### The task
The data below is to be output in full, unchanged.

┌────────

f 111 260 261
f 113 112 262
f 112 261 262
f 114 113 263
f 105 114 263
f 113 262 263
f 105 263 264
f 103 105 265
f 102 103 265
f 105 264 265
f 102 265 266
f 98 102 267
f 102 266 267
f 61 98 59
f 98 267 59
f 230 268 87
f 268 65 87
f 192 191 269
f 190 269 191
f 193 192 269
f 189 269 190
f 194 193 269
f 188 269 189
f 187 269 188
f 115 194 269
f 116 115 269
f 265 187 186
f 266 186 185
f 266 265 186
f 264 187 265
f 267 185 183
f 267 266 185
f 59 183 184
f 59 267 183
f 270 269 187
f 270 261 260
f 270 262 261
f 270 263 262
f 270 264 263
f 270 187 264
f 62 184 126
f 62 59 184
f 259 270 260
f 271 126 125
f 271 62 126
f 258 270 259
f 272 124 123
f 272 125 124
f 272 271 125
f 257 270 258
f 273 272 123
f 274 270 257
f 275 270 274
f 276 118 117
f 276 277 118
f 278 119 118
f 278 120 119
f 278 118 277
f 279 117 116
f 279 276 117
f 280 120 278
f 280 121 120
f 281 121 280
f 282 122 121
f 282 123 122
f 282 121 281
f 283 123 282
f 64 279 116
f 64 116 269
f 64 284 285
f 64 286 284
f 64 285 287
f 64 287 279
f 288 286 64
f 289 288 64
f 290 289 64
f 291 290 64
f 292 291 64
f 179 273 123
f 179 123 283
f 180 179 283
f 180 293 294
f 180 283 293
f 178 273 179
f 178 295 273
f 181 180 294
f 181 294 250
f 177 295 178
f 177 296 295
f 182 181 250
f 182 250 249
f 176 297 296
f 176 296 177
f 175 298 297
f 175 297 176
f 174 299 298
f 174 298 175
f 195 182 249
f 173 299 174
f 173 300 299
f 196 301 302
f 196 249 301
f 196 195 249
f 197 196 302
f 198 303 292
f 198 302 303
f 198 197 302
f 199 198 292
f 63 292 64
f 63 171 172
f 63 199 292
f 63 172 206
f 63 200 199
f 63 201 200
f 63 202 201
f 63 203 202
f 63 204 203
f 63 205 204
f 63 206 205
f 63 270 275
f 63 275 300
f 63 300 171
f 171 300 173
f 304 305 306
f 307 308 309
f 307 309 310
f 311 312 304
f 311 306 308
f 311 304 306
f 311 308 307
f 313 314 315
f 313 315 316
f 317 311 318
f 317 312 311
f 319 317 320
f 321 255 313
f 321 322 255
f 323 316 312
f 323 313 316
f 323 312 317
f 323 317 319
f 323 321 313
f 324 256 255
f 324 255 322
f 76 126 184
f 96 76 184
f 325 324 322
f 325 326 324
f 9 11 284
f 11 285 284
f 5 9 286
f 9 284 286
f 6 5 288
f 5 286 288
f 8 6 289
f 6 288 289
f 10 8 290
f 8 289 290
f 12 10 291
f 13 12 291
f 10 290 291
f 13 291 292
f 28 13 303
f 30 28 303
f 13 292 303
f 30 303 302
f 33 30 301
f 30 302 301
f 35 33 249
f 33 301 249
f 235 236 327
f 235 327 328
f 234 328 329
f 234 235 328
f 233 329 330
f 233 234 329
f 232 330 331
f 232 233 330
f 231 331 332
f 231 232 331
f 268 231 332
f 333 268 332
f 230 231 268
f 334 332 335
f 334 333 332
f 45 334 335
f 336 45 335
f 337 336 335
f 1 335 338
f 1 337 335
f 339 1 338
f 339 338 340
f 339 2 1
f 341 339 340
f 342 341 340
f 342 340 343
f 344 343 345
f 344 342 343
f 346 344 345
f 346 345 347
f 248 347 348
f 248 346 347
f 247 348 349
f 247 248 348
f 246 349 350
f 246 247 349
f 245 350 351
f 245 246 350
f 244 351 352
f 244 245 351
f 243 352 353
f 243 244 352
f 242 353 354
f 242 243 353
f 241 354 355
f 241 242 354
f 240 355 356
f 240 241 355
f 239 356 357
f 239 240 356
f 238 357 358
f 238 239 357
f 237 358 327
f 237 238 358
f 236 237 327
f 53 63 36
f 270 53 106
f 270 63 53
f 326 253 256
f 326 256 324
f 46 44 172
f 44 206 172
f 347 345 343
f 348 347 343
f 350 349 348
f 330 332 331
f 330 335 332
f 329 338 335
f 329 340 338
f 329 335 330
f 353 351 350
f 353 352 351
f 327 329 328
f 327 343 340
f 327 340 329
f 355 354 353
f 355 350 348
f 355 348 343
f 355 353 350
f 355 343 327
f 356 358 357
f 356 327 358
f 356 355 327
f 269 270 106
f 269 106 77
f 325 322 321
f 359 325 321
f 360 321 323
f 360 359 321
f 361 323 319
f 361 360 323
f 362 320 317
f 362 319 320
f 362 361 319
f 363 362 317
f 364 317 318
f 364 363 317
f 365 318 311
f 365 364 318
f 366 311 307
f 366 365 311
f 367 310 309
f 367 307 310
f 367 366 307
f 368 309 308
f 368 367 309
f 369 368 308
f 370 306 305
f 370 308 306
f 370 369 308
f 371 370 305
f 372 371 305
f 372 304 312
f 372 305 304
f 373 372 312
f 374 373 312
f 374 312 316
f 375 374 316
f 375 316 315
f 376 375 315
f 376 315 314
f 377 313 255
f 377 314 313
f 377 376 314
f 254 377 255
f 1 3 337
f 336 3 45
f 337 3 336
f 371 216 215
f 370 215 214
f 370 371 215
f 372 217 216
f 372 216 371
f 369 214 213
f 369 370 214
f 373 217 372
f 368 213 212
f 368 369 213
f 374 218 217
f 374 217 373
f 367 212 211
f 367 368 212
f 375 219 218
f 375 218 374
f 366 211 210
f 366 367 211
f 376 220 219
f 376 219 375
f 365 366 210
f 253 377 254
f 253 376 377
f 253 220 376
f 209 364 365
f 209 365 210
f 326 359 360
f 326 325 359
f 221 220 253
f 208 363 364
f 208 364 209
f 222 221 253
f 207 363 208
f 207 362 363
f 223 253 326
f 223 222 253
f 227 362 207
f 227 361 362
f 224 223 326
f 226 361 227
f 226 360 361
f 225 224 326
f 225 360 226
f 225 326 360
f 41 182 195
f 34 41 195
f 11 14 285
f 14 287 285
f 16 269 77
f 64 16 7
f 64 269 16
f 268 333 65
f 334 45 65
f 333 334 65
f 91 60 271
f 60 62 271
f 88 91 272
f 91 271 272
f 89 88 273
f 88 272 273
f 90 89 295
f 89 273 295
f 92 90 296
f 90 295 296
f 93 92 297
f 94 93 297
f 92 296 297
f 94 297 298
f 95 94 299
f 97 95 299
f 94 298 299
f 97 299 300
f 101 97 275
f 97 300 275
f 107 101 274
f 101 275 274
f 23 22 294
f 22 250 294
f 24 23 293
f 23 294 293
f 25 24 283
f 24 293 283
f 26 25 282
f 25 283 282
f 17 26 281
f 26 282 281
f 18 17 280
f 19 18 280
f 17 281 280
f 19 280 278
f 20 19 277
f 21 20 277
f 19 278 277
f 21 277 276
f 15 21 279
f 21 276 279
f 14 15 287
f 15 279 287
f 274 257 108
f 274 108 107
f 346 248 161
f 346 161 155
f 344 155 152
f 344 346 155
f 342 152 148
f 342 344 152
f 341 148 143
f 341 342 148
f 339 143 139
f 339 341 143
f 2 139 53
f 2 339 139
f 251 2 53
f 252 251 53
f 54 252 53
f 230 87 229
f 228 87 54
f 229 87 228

└────────

### Problem solution
f 111 260 261
f 113 112 262
f 112 261 262
f 114 113 263
f 105 114 263
f 113 262 263
f 105 263 264
f 103 105 265
f 102 103 265
f 105 264 265
f 102 265 266
f 98 102 267
f 102 266 267
f 61 98 59
f 98 267 59
f 230 268 87
f 268 65 87
f 192 191 269
f 190 269 191
f 193 192 269
f 189 269 190
f 194 193 269
f 188 269 189
f 187 269 188
f 115 194 269
f 116 115 269
f 265 187 186
f 266 186 185
f 266 265 186
f 264 187 265
f 267 185 183
f 267 266 185
f 59 183 184
f 59 267 183
f 270 269 187
f 270 261 260
f 270 262 261
f 270 263 262
f 270 264 263
f 270 187 264
f 62 184 126
f 62 59 184
f 259 270 260
f 271 126 125
f 271 62 126
f 258 270 259
f 272 124 123
f 272 125 124
f 272 271 125
f 257 270 258
f 273 272 123
f 274 270 257
f 275 270 274
f 276 118 117
f 276 277 118
f 278 119 118
f 278 120 119
f 278 118 277
f 279 117 116
f 279 276 117
f 280 120 278
f 280 121 120
f 281 121 280
f 282 122 121
f 282 123 122
f 282 121 281
f 283 123 282
f 64 279 116
f 64 116 269
f 64 284 285
f 64 286 284
f 64 285 287
f 64 287 279
f 288 286 64
f 289 288 64
f 290 289 64
f 291 290 64
f 292 291 64
f 179 273 123
f 179 123 283
f 180 179 283
f 180 293 294
f 180 283 293
f 178 273 179
f 178 295 273
f 181 180 294
f 181 294 250
f 177 295 178
f 177 296 295
f 182 181 250
f 182 250 249
f 176 297 296
f 176 296 177
f 175 298 297
f 175 297 176
f 174 299 298
f 174 298 175
f 195 182 249
f 173 299 174
f 173 300 299
f 196 301 302
f 196 249 301
f 196 195 249
f 197 196 302
f 198 303 292
f 198 302 303
f 198 197 302
f 199 198 292
f 63 292 64
f 63 171 172
f 63 199 292
f 63 172 206
f 63 200 199
f 63 201 200
f 63 202 201
f 63 203 202
f 63 204 203
f 63 205 204
f 63 206 205
f 63 270 275
f 63 275 300
f 63 300 171
f 171 300 173
f 304 305 306
f 307 308 309
f 307 309 310
f 311 312 304
f 311 306 308
f 311 304 306
f 311 308 307
f 313 314 315
f 313 315 316
f 317 311 318
f 317 312 311
f 319 317 320
f 321 255 313
f 321 322 255
f 323 316 312
f 323 313 316
f 323 312 317
f 323 317 319
f 323 321 313
f 324 256 255
f 324 255 322
f 76 126 184
f 96 76 184
f 325 324 322
f 325 326 324
f 9 11 284
f 11 285 284
f 5 9 286
f 9 284 286
f 6 5 288
f 5 286 288
f 8 6 289
f 6 288 289
f 10 8 290
f 8 289 290
f 12 10 291
f 13 12 291
f 10 290 291
f 13 291 292
f 28 13 303
f 30 28 303
f 13 292 303
f 30 303 302
f 33 30 301
f 30 302 301
f 35 33 249
f 33 301 249
f 235 236 327
f 235 327 328
f 234 328 329
f 234 235 328
f 233 329 330
f 233 234 329
f 232 330 331
f 232 233 330
f 231 331 332
f 231 232 331
f 268 231 332
f 333 268 332
f 230 231 268
f 334 332 335
f 334 333 332
f 45 334 335
f 336 45 335
f 337 336 335
f 1 335 338
f 1 337 335
f 339 1 338
f 339 338 340
f 339 2 1
f 341 339 340
f 342 341 340
f 342 340 343
f 344 343 345
f 344 342 343
f 346 344 345
f 346 345 347
f 248 347 348
f 248 346 347
f 247 348 349
f 247 248 348
f 246 349 350
f 246 247 349
f 245 350 351
f 245 246 350
f 244 351 352
f 244 245 351
f 243 352 353
f 243 244 352
f 242 353 354
f 242 243 353
f 241 354 355
f 241 242 354
f 240 355 356
f 240 241 355
f 239 356 357
f 239 240 356
f 238 357 358
f 238 239 357
f 237 358 327
f 237 238 358
f 236 237 327
f 53 63 36
f 270 53 106
f 270 63 53
f 326 253 256
f 326 256 324
f 46 44 172
f 44 206 172
f 347 345 343
f 348 347 343
f 350 349 348
f 330 332 331
f 330 335 332
f 329 338 335
f 329 340 338
f 329 335 330
f 353 351 350
f 353 352 351
f 327 329 328
f 327 343 340
f 327 340 329
f 355 354 353
f 355 350 348
f 355 348 343
f 355 353 350
f 355 343 327
f 356 358 357
f 356 327 358
f 356 355 327
f 269 270 106
f 269 106 77
f 325 322 321
f 359 325 321
f 360 321 323
f 360 359 321
f 361 323 319
f 361 360 323
f 362 320 317
f 362 319 320
f 362 361 319
f 363 362 317
f 364 317 318
f 364 363 317
f 365 318 311
f 365 364 318
f 366 311 307
f 366 365 311
f 367 310 309
f 367 307 310
f 367 366 307
f 368 309 308
f 368 367 309
f 369 368 308
f 370 306 305
f 370 308 306
f 370 369 308
f 371 370 305
f 372 371 305
f 372 304 312
f 372 305 304
f 373 372 312
f 374 373 312
f 374 312 316
f 375 374 316
f 375 316 315
f 376 375 315
f 376 315 314
f 377 313 255
f 377 314 313
f 377 376 314
f 254 377 255
f 1 3 337
f 336 3 45
f 337 3 336
f 371 216 215
f 370 215 214
f 370 371 215
f 372 217 216
f 372 216 371
f 369 214 213
f 369 370 214
f 373 217 372
f 368 213 212
f 368 369 213
f 374 218 217
f 374 217 373
f 367 212 211
f 367 368 212
f 375 219 218
f 375 218 374
f 366 211 210
f 366 367 211
f 376 220 219
f 376 219 375
f 365 366 210
f 253 377 254
f 253 376 377
f 253 220 376
f 209 364 365
f 209 365 210
f 326 359 360
f 326 325 359
f 221 220 253
f 208 363 364
f 208 364 209
f 222 221 253
f 207 363 208
f 207 362 363
f 223 253 326
f 223 222 253
f 227 362 207
f 227 361 362
f 224 223 326
f 226 361 227
f 226 360 361
f 225 224 326
f 225 360 226
f 225 326 360
f 41 182 195
f 34 41 195
f 11 14 285
f 14 287 285
f 16 269 77
f 64 16 7
f 64 269 16
f 268 333 65
f 334 45 65
f 333 334 65
f 91 60 271
f 60 62 271
f 88 91 272
f 91 271 272
f 89 88 273
f 88 272 273
f 90 89 295
f 89 273 295
f 92 90 296
f 90 295 296
f 93 92 297
f 94 93 297
f 92 296 297
f 94 297 298
f 95 94 299
f 97 95 299
f 94 298 299
f 97 299 300
f 101 97 275
f 97 300 275
f 107 101 274
f 101 275 274
f 23 22 294
f 22 250 294
f 24 23 293
f 23 294 293
f 25 24 283
f 24 293 283
f 26 25 282
f 25 283 282
f 17 26 281
f 26 282 281
f 18 17 280
f 19 18 280
f 17 281 280
f 19 280 278
f 20 19 277
f 21 20 277
f 19 278 277
f 21 277 276
f 15 21 279
f 21 276 279
f 14 15 287
f 15 279 287
f 274 257 108
f 274 108 107
f 346 248 161
f 346 161 155
f 344 155 152
f 344 346 155
f 342 152 148
f 342 344 152
f 341 148 143
f 341 342 148
f 339 143 139
f 339 341 143
f 2 139 53
f 2 339 139
f 251 2 53
f 252 251 53
f 54 252 53
f 230 87 229
f 228 87 54
f 229 87 228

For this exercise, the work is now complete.